Your instructions ::
Copy, exactly and without additions, every line in the records below from the one holding "f 56 201 57" through the one holding "f 77 75 161", both ends included.

Extracted entries ::
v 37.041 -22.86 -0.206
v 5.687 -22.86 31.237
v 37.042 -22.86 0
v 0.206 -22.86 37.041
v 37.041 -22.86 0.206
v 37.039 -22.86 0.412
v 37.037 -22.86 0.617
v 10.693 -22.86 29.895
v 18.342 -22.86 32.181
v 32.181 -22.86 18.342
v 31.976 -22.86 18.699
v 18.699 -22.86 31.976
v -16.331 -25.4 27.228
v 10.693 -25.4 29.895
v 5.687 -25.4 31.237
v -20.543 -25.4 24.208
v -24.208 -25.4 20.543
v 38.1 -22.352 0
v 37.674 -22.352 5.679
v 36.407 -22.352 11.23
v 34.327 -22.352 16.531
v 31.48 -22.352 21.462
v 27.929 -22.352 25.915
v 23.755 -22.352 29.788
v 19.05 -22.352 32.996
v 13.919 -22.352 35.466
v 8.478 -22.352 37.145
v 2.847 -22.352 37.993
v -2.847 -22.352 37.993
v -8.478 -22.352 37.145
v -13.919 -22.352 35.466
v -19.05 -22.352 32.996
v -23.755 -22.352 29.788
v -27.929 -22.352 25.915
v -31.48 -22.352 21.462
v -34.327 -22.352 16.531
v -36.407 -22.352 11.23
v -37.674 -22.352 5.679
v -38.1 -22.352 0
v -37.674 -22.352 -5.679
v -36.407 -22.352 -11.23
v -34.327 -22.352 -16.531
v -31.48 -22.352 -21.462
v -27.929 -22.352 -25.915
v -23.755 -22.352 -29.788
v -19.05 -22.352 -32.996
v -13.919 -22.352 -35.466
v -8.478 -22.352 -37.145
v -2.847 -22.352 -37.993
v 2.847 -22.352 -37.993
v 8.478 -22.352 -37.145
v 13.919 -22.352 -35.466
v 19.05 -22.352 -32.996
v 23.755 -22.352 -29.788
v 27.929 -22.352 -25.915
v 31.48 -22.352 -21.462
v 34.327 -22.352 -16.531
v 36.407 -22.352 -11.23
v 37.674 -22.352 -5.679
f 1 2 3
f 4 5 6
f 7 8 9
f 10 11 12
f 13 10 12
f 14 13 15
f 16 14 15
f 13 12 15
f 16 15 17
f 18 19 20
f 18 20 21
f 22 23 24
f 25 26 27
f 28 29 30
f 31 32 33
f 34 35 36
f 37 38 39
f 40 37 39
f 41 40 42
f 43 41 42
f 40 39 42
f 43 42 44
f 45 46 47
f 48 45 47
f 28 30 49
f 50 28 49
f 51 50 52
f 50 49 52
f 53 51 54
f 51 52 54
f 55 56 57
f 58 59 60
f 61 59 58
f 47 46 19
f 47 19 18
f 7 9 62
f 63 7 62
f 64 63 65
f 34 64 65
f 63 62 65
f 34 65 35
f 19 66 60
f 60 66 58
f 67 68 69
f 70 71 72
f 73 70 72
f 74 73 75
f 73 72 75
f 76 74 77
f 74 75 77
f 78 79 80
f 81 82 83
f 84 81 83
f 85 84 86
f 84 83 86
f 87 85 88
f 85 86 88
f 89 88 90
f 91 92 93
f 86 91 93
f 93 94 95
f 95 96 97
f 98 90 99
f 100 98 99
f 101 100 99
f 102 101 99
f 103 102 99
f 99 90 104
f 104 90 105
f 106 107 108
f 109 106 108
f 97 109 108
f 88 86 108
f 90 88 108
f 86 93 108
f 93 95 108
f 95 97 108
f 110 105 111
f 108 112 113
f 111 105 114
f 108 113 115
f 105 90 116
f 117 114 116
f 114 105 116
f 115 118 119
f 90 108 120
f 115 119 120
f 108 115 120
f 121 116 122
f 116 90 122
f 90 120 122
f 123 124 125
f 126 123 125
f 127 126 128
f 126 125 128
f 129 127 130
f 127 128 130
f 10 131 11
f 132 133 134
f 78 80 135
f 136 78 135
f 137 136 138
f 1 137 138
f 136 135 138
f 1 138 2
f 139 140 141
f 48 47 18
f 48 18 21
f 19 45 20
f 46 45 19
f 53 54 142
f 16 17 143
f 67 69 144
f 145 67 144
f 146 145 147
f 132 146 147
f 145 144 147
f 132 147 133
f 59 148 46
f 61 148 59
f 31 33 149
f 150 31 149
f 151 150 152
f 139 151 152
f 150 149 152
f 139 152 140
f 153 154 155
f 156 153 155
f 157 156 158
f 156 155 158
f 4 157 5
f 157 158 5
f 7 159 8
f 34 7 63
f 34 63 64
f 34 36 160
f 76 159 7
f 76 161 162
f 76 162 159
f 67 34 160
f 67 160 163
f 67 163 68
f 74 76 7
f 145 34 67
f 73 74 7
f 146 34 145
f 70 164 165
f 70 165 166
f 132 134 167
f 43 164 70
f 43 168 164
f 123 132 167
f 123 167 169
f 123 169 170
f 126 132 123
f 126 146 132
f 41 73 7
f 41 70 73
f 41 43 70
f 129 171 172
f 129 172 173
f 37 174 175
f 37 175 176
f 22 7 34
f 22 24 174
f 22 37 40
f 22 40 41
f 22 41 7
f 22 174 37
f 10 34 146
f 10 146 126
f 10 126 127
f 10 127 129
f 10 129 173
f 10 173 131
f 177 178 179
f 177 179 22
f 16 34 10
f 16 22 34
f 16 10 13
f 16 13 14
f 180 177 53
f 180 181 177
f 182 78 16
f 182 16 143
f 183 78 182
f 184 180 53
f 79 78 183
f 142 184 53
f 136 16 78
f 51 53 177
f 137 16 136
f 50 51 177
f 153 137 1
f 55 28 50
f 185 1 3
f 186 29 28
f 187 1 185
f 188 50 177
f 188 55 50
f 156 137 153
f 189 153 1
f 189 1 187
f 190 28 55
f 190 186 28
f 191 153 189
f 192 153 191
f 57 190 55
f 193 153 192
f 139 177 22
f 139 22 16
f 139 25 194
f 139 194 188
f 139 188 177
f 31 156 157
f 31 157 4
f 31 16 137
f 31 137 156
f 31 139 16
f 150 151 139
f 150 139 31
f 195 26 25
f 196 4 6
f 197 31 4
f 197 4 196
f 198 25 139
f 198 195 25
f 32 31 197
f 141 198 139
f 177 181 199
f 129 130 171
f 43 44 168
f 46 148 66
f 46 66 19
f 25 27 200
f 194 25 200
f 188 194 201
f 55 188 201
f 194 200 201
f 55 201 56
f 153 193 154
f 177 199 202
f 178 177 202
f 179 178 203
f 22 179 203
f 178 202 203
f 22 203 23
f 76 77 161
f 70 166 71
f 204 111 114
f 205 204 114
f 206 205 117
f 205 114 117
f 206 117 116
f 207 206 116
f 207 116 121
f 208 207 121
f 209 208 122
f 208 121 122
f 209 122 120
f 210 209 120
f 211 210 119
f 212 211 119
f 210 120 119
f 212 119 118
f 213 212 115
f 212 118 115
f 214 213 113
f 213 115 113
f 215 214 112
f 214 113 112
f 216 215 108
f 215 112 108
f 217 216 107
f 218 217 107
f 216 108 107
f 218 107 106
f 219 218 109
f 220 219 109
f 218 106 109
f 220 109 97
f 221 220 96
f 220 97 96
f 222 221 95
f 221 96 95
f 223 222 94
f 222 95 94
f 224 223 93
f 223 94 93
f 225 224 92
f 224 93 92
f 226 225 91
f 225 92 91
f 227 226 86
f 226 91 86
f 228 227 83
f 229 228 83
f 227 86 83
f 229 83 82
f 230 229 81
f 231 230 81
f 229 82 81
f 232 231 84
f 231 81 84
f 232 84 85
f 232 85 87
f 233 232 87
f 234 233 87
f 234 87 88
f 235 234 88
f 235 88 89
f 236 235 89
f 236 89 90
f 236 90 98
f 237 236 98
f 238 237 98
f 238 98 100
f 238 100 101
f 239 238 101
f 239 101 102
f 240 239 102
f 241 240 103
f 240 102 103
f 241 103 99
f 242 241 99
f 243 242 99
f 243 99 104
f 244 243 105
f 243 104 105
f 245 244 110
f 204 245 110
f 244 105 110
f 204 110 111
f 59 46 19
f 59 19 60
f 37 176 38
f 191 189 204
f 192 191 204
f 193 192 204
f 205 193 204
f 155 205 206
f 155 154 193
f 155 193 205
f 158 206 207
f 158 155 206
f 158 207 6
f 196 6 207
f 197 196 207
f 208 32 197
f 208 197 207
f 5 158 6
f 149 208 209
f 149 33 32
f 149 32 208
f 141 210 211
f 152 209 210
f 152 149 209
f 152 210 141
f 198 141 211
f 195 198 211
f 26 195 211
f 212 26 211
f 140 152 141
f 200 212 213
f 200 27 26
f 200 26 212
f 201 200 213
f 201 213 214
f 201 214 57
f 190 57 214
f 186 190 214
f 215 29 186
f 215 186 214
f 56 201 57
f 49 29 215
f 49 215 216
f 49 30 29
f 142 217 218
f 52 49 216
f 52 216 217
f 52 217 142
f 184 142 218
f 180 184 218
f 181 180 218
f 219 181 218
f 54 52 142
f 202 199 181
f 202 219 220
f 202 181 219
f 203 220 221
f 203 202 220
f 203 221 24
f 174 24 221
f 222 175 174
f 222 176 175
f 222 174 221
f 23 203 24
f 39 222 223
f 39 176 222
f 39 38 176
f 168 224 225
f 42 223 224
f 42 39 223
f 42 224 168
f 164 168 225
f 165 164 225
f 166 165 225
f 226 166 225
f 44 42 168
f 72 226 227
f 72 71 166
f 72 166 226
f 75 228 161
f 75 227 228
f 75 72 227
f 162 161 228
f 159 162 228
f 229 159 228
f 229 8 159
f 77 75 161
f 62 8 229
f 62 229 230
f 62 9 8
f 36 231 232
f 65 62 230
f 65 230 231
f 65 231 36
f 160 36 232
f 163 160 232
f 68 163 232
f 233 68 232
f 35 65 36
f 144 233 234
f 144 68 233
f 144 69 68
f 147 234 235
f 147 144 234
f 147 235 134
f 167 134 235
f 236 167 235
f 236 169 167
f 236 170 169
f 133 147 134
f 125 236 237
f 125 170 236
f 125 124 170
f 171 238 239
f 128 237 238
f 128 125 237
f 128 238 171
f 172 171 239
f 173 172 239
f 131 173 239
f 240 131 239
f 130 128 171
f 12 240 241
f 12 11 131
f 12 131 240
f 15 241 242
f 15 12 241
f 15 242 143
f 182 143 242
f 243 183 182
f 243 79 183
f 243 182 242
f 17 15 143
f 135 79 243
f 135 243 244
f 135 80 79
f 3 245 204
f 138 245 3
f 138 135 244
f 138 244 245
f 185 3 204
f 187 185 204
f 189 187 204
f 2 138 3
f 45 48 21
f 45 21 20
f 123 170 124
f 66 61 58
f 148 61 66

Response ::
f 56 201 57
f 49 29 215
f 49 215 216
f 49 30 29
f 142 217 218
f 52 49 216
f 52 216 217
f 52 217 142
f 184 142 218
f 180 184 218
f 181 180 218
f 219 181 218
f 54 52 142
f 202 199 181
f 202 219 220
f 202 181 219
f 203 220 221
f 203 202 220
f 203 221 24
f 174 24 221
f 222 175 174
f 222 176 175
f 222 174 221
f 23 203 24
f 39 222 223
f 39 176 222
f 39 38 176
f 168 224 225
f 42 223 224
f 42 39 223
f 42 224 168
f 164 168 225
f 165 164 225
f 166 165 225
f 226 166 225
f 44 42 168
f 72 226 227
f 72 71 166
f 72 166 226
f 75 228 161
f 75 227 228
f 75 72 227
f 162 161 228
f 159 162 228
f 229 159 228
f 229 8 159
f 77 75 161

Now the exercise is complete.